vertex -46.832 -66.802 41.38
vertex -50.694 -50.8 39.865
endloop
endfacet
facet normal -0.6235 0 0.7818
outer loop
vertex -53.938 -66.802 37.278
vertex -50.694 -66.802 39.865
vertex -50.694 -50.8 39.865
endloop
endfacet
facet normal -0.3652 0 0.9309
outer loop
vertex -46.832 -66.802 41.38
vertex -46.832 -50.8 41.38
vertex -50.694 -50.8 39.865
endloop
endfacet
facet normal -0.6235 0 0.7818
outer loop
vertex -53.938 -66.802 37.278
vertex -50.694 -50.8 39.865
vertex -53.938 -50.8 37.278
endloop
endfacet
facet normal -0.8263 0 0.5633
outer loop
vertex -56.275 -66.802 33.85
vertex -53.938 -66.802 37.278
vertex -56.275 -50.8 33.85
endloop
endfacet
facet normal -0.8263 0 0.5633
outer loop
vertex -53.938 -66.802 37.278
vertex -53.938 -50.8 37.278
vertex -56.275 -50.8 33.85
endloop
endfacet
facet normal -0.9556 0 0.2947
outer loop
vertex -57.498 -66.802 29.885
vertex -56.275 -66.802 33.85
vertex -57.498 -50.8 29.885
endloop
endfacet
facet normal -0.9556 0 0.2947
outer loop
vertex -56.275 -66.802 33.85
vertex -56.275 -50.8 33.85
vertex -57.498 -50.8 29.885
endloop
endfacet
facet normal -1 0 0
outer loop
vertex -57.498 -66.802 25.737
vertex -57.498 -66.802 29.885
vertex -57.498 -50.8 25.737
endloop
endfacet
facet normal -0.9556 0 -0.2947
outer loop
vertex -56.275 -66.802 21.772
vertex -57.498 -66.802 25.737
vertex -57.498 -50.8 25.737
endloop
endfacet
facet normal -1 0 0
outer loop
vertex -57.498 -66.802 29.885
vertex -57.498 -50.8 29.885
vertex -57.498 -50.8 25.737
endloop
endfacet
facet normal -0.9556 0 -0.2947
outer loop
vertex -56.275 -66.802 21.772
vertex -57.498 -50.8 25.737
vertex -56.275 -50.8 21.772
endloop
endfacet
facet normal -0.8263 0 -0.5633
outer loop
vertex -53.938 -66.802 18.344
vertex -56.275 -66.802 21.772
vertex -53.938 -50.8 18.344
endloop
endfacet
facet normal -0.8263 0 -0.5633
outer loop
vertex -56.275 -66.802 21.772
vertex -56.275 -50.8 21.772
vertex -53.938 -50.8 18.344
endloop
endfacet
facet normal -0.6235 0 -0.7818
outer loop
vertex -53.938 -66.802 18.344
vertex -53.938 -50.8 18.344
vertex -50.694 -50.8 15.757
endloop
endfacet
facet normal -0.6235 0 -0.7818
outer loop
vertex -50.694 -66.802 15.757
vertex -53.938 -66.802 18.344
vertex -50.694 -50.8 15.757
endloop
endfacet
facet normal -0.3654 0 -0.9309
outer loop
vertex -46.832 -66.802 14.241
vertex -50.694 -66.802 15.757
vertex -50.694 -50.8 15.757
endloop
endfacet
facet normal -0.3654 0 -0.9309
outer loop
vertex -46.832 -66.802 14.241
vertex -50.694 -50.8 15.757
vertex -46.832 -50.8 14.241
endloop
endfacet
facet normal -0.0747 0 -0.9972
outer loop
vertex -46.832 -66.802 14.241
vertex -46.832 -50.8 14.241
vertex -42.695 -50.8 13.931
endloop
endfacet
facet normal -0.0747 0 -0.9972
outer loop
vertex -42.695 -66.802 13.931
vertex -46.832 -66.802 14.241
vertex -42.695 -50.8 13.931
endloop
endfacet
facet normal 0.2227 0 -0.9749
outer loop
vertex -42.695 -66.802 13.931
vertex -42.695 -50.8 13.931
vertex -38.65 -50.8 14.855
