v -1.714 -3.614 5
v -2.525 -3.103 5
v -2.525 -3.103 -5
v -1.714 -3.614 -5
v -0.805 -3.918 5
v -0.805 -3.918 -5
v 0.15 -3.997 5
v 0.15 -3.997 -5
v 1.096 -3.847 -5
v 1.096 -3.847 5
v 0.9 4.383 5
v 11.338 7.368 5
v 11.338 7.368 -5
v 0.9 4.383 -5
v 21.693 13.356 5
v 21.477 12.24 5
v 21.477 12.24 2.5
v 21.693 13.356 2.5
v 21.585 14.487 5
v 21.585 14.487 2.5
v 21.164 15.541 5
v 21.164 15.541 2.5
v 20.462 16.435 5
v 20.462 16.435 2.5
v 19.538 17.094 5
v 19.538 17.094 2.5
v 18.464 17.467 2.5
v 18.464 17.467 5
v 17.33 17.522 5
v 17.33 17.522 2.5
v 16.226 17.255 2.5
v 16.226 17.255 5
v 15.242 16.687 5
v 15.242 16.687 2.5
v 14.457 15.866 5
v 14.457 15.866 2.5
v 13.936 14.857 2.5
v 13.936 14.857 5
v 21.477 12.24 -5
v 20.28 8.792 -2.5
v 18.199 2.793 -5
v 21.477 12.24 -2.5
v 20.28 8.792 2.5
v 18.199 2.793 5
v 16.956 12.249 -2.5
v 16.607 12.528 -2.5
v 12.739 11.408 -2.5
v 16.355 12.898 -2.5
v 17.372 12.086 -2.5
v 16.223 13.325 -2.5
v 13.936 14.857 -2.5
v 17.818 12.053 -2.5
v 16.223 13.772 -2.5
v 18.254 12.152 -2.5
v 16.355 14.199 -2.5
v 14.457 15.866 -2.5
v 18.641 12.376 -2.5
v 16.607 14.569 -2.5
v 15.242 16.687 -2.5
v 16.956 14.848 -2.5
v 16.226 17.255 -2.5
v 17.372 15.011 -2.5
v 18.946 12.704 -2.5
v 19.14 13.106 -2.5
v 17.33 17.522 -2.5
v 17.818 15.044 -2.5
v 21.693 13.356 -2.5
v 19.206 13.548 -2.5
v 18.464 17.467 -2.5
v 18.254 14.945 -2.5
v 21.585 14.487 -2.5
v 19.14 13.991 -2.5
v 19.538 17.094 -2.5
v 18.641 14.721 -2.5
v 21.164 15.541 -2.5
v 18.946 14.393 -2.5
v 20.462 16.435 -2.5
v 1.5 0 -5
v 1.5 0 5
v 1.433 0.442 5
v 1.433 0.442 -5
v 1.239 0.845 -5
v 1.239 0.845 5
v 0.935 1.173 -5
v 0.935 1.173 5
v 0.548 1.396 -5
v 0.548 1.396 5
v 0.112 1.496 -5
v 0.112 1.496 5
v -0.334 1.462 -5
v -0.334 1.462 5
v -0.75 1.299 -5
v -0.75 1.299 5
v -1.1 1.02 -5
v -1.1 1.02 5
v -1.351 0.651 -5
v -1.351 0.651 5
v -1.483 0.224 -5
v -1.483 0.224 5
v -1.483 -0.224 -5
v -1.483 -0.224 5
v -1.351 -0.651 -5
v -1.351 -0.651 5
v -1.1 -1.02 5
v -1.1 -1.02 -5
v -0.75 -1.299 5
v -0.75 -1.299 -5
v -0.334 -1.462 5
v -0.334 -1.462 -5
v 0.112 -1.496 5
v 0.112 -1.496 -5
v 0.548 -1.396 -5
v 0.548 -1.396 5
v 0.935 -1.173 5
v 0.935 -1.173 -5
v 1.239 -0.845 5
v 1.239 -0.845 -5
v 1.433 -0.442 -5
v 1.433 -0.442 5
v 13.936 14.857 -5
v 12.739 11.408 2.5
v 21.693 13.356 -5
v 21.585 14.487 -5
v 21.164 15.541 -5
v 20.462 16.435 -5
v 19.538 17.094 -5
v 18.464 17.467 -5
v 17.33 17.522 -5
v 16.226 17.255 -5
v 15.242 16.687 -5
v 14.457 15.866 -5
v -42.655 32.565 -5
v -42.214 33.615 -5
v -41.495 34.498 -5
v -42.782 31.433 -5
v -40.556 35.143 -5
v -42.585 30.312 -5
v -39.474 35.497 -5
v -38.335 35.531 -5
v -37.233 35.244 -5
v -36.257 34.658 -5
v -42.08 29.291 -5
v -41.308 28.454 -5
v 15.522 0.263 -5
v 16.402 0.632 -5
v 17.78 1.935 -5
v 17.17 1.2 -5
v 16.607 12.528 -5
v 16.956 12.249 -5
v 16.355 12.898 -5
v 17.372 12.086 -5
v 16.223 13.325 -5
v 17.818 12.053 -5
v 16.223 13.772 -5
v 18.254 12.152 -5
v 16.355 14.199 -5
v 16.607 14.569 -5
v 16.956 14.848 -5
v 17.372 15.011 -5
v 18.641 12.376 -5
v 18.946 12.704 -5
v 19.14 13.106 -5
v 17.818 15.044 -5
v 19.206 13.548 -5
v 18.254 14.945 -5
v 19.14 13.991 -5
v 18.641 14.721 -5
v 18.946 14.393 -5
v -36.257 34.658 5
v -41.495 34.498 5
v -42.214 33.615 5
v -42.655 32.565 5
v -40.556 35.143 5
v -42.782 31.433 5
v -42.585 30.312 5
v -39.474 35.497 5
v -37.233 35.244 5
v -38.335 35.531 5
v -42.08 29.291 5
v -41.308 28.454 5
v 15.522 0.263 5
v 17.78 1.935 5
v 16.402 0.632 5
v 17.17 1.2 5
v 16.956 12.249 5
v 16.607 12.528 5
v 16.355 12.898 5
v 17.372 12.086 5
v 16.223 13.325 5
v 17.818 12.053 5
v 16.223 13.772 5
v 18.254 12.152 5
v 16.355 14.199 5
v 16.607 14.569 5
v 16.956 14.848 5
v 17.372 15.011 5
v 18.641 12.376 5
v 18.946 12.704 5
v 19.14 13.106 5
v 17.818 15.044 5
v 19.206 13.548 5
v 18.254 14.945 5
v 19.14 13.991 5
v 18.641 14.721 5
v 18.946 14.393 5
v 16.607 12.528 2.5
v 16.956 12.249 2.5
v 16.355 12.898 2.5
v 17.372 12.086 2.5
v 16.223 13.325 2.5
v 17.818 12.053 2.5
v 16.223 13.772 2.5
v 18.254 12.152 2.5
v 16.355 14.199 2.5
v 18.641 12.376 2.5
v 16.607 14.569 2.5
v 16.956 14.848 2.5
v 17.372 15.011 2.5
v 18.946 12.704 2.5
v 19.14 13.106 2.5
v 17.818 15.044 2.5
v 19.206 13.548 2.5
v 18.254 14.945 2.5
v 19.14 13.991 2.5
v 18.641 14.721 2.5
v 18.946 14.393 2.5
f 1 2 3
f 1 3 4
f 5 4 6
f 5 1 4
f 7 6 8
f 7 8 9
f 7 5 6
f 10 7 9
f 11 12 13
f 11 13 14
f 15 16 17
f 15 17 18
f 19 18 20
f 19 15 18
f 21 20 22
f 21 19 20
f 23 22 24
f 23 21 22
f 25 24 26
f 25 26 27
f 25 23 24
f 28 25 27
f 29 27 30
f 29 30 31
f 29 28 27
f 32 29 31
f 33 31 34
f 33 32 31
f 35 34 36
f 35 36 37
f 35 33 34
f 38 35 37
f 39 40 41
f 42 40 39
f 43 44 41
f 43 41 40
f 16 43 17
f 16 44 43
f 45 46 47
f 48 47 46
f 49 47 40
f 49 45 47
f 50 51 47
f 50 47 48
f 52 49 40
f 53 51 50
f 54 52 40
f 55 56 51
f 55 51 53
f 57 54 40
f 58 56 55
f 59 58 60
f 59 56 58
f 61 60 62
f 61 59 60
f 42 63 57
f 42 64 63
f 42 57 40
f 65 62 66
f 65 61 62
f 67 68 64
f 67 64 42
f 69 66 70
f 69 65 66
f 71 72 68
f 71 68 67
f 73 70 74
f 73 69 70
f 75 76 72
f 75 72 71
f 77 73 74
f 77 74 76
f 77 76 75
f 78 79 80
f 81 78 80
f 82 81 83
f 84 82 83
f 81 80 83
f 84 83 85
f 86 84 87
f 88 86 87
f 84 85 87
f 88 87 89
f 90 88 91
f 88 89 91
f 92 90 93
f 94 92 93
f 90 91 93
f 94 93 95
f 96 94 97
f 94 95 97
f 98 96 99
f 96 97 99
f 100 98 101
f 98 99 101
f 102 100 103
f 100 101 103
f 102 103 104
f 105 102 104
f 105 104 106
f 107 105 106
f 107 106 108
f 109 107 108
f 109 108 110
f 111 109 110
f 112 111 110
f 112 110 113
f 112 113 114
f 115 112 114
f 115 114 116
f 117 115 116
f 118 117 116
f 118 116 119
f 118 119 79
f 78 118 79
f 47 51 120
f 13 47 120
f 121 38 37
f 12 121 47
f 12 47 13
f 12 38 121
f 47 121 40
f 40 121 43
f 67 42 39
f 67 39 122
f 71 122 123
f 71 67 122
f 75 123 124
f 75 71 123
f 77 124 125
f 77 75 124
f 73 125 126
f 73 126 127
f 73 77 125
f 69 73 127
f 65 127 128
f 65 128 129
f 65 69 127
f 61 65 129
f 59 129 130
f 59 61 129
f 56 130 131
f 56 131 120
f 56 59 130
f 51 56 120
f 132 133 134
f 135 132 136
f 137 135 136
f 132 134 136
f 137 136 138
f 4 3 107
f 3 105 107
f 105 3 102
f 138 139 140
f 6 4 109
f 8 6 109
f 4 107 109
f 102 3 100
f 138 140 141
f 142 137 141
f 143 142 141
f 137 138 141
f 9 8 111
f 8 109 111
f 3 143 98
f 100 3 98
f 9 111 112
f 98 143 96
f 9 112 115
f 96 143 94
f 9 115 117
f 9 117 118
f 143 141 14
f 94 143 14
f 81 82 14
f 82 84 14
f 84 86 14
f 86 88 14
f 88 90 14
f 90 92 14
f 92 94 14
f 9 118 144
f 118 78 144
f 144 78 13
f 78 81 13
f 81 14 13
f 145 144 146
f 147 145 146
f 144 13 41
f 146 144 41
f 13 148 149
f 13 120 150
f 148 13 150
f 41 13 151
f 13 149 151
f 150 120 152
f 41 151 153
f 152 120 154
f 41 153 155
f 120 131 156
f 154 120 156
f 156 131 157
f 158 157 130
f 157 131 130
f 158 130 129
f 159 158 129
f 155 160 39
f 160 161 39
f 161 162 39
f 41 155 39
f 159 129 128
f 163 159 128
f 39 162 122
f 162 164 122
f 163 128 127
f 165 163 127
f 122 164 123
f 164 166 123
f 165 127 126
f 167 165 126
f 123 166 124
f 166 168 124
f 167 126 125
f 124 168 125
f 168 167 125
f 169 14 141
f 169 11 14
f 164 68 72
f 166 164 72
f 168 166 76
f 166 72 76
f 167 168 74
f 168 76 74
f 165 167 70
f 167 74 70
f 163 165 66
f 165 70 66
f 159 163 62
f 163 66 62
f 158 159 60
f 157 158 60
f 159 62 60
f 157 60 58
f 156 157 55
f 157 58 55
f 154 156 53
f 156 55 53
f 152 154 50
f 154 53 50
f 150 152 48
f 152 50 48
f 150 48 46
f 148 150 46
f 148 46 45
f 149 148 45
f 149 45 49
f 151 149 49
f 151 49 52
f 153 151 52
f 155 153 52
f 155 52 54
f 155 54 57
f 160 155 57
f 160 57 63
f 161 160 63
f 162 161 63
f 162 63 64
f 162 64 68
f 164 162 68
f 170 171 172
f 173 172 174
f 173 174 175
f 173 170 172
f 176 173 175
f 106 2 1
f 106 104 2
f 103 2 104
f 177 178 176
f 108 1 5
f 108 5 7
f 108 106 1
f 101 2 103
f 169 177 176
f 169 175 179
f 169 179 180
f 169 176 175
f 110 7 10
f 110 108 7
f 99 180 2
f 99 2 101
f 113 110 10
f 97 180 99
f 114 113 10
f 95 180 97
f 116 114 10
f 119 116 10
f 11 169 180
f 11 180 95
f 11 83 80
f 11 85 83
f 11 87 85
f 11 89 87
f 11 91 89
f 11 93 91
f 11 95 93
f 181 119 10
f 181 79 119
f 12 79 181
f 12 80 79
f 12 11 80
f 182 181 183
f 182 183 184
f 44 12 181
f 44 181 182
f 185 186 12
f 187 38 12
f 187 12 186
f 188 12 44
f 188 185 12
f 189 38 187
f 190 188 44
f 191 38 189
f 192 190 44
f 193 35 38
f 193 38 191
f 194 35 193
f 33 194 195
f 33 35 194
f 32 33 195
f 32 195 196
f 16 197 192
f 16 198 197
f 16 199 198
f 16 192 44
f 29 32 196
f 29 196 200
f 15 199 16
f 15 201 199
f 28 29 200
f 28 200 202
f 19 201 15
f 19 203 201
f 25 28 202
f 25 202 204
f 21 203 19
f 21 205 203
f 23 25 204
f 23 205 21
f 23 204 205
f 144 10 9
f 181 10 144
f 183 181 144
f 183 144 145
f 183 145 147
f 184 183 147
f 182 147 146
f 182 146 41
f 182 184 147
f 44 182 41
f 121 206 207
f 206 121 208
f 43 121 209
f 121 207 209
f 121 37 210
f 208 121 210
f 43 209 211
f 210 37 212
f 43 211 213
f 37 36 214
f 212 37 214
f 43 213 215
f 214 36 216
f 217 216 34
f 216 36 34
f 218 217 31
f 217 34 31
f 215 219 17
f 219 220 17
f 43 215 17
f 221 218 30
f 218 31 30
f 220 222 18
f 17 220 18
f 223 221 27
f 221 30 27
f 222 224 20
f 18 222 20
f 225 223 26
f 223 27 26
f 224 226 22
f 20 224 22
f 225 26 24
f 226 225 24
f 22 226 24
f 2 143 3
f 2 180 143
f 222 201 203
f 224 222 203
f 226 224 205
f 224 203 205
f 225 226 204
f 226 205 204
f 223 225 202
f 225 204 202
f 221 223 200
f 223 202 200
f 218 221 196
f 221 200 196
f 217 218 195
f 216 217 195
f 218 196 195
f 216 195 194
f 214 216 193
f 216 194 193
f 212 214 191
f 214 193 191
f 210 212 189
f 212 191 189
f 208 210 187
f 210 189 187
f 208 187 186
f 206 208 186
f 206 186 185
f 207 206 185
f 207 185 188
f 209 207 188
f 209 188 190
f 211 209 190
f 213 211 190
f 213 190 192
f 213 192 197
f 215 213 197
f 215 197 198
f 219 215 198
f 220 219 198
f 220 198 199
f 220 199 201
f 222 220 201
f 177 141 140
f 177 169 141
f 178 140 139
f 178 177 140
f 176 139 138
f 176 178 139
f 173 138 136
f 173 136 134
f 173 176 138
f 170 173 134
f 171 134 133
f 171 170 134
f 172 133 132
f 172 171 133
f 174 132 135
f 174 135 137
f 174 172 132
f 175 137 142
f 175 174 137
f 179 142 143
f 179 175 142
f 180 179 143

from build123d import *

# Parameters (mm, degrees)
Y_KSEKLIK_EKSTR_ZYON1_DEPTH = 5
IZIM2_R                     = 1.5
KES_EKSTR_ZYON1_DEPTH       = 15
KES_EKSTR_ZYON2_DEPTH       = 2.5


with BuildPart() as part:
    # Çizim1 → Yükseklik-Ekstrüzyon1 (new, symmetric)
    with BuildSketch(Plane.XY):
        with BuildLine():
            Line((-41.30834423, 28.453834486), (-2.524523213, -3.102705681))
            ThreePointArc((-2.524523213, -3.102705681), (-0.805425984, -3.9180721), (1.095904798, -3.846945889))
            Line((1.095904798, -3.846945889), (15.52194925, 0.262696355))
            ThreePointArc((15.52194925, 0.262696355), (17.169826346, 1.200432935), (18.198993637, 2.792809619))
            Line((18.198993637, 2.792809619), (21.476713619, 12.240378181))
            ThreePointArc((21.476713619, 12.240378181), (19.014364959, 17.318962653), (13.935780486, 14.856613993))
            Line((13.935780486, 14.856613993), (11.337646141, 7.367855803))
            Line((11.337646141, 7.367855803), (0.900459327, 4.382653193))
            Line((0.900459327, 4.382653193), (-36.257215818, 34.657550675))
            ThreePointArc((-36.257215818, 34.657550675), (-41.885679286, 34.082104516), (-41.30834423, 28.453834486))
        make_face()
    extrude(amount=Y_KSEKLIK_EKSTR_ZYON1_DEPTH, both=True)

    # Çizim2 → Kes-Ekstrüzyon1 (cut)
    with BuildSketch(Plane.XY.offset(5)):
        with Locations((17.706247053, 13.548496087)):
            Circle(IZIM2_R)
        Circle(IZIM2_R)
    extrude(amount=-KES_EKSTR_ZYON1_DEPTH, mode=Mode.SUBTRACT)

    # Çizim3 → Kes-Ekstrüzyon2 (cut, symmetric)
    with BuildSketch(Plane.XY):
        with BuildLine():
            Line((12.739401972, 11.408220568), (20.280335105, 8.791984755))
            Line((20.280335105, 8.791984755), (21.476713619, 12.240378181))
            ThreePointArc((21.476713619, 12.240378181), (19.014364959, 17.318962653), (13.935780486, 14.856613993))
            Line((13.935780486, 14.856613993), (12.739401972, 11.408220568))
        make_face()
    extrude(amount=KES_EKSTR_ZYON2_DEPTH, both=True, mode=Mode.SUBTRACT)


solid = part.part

──────

• [Assignment]: Every line from the line containing "f 160 161 39" through the line containing "f 161 160 63" in the records above must be retyped exactly. Leave out the rest.

• [Written answer]:
f 160 161 39
f 161 162 39
f 41 155 39
f 159 129 128
f 163 159 128
f 39 162 122
f 162 164 122
f 163 128 127
f 165 163 127
f 122 164 123
f 164 166 123
f 165 127 126
f 167 165 126
f 123 166 124
f 166 168 124
f 167 126 125
f 124 168 125
f 168 167 125
f 169 14 141
f 169 11 14
f 164 68 72
f 166 164 72
f 168 166 76
f 166 72 76
f 167 168 74
f 168 76 74
f 165 167 70
f 167 74 70
f 163 165 66
f 165 70 66
f 159 163 62
f 163 66 62
f 158 159 60
f 157 158 60
f 159 62 60
f 157 60 58
f 156 157 55
f 157 58 55
f 154 156 53
f 156 55 53
f 152 154 50
f 154 53 50
f 150 152 48
f 152 50 48
f 150 48 46
f 148 150 46
f 148 46 45
f 149 148 45
f 149 45 49
f 151 149 49
f 151 49 52
f 153 151 52
f 155 153 52
f 155 52 54
f 155 54 57
f 160 155 57
f 160 57 63
f 161 160 63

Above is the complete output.